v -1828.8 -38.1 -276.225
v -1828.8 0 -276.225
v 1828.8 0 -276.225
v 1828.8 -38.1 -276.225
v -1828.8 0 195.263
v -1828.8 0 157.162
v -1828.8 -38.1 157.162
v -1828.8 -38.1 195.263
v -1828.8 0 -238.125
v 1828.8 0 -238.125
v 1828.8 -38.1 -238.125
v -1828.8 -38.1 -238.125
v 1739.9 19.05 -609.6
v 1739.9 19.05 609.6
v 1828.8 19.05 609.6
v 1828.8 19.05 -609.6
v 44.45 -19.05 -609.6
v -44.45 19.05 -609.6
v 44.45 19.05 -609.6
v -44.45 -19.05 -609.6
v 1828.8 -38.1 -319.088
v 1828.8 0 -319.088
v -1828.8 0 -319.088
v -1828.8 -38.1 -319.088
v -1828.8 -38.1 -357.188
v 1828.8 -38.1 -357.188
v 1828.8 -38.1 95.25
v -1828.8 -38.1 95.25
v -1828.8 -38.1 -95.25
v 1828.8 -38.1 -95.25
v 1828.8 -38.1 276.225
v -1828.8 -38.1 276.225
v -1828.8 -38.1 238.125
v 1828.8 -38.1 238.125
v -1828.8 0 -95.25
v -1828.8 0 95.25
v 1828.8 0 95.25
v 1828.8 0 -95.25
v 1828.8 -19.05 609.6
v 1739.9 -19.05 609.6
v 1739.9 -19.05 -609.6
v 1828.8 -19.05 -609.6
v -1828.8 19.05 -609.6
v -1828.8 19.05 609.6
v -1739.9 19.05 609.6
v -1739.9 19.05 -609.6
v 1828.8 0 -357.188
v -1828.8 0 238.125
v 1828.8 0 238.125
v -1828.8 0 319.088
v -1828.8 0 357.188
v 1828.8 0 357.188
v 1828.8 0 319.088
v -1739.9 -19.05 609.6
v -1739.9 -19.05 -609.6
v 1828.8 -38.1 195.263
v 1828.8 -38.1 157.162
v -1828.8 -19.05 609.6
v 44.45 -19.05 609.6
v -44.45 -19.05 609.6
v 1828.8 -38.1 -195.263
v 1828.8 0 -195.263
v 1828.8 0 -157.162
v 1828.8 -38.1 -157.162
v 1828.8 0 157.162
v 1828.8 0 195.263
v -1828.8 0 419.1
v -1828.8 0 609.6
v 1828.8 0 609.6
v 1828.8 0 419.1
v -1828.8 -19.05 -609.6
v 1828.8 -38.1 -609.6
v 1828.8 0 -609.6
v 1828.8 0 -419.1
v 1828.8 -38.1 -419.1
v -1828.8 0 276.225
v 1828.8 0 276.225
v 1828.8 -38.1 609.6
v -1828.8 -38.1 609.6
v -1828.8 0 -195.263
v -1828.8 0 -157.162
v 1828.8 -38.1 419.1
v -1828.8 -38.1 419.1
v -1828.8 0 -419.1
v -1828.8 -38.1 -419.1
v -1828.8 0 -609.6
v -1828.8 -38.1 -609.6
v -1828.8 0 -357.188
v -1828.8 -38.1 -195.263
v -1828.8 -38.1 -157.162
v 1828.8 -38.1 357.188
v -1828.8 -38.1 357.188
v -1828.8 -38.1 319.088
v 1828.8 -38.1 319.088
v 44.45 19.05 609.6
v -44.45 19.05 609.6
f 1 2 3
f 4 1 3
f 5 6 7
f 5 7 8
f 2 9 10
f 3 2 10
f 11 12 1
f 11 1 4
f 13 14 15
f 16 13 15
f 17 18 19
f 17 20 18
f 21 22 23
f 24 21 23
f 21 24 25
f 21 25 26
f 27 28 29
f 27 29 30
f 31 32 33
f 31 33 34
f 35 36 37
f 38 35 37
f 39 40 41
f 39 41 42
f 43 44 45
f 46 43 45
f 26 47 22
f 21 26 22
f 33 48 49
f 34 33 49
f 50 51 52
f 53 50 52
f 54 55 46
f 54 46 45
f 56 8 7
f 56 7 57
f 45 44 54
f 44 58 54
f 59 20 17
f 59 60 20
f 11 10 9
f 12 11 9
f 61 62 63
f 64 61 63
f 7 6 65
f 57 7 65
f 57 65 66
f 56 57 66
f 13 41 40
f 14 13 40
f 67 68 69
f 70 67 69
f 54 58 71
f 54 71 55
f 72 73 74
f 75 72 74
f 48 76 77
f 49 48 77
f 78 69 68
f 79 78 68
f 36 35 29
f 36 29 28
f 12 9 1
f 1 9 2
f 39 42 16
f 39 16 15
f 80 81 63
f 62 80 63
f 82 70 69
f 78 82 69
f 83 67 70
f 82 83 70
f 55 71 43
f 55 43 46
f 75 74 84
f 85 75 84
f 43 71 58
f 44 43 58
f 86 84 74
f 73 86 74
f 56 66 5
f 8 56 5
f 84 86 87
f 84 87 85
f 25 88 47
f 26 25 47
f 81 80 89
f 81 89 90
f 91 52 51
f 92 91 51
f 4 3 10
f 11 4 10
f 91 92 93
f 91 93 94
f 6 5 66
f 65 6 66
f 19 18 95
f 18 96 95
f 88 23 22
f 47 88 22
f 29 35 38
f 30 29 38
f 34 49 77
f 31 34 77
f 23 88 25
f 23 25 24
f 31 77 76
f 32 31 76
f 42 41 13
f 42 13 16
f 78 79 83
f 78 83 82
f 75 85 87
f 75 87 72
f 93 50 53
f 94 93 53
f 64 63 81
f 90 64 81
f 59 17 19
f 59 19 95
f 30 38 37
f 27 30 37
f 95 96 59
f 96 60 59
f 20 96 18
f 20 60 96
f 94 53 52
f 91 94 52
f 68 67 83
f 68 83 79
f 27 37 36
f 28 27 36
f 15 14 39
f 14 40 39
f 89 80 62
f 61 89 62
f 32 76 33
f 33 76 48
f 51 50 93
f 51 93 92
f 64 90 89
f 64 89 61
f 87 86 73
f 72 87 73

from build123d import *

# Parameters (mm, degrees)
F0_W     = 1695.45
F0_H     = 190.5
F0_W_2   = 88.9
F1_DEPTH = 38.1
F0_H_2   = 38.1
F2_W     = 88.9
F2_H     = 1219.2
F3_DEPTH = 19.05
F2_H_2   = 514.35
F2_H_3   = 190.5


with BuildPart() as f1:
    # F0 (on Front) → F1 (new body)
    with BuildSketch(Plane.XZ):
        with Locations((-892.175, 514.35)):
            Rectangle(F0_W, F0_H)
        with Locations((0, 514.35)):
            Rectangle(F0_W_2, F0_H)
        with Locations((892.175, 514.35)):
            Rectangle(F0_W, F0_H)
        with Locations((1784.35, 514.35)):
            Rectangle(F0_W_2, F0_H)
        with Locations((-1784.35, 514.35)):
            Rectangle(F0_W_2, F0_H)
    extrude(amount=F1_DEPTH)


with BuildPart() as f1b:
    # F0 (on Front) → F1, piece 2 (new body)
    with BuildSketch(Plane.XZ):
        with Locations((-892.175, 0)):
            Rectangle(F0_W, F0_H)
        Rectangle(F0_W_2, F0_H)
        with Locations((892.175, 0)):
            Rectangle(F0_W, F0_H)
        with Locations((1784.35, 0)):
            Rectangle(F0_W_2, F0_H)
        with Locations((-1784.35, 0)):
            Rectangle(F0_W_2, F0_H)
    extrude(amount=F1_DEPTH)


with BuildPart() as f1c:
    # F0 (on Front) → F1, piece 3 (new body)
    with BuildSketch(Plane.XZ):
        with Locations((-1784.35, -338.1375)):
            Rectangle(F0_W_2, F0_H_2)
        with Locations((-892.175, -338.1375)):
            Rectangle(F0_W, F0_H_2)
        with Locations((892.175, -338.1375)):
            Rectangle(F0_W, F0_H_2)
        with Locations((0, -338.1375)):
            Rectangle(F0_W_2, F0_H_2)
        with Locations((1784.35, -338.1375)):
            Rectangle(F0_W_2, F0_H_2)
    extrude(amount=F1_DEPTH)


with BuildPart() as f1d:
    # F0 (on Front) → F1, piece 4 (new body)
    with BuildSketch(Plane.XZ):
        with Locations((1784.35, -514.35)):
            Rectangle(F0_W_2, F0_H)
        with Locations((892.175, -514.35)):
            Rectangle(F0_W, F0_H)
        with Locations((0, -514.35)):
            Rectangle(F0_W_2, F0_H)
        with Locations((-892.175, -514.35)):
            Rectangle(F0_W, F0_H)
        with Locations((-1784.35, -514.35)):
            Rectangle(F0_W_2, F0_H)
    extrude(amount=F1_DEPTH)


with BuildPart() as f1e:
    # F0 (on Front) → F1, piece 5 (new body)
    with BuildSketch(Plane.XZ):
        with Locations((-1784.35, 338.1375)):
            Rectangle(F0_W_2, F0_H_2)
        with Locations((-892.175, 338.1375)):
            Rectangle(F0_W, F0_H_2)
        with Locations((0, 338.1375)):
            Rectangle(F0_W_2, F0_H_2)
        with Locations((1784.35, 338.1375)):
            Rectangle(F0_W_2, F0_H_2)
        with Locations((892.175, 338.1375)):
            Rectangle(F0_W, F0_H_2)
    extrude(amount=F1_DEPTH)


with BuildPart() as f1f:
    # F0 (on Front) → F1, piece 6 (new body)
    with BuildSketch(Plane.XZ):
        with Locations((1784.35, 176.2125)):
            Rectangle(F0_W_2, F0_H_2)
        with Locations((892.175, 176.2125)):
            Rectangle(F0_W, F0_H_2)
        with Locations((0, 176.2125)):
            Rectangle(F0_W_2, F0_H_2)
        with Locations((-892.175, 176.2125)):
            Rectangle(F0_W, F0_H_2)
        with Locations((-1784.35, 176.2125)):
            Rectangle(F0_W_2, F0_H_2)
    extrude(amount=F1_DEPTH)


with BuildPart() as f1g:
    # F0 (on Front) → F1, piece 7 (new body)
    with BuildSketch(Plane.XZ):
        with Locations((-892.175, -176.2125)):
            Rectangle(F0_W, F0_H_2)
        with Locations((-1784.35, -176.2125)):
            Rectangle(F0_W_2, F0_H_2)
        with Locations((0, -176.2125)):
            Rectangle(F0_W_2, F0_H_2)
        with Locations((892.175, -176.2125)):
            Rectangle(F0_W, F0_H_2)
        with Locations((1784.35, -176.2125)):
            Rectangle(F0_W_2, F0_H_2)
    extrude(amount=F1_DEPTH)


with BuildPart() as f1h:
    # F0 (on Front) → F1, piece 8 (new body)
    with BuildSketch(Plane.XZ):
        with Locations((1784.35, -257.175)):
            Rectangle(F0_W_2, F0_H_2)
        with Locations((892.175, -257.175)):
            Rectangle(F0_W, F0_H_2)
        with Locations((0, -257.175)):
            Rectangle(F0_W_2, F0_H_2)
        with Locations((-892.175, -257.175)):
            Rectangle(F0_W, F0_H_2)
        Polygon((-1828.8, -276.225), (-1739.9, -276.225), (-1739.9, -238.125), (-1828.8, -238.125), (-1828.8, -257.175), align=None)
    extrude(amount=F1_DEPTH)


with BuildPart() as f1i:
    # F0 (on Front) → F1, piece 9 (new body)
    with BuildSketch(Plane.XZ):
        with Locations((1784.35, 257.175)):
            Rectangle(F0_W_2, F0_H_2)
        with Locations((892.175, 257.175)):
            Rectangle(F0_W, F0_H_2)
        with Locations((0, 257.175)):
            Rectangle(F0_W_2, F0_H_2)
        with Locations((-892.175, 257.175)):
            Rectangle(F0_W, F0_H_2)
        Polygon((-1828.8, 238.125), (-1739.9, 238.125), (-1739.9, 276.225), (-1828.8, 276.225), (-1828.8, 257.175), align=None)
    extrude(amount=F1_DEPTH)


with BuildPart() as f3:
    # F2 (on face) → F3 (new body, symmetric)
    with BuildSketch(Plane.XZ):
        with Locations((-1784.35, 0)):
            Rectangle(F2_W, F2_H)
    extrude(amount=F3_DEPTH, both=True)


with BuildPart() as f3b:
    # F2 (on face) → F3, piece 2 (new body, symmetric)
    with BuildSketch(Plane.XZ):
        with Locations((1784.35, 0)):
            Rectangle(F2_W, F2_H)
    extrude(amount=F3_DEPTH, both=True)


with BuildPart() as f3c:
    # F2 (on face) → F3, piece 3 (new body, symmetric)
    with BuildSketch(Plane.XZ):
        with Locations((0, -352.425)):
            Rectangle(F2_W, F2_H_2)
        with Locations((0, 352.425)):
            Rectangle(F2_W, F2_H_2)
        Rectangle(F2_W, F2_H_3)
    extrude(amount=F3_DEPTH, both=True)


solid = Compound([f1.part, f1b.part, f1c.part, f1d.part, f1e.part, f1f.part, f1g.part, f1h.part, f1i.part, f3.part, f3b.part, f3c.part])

Exercise - The response should be the listing above, limited to the lines between the one holding "v 44.45 -19.05 -609.6" and the one holding "v -1828.8 -38.1 276.225", inclusive, reproduced exactly.

Solution to this exercise -
v 44.45 -19.05 -609.6
v -44.45 19.05 -609.6
v 44.45 19.05 -609.6
v -44.45 -19.05 -609.6
v 1828.8 -38.1 -319.088
v 1828.8 0 -319.088
v -1828.8 0 -319.088
v -1828.8 -38.1 -319.088
v -1828.8 -38.1 -357.188
v 1828.8 -38.1 -357.188
v 1828.8 -38.1 95.25
v -1828.8 -38.1 95.25
v -1828.8 -38.1 -95.25
v 1828.8 -38.1 -95.25
v 1828.8 -38.1 276.225
v -1828.8 -38.1 276.225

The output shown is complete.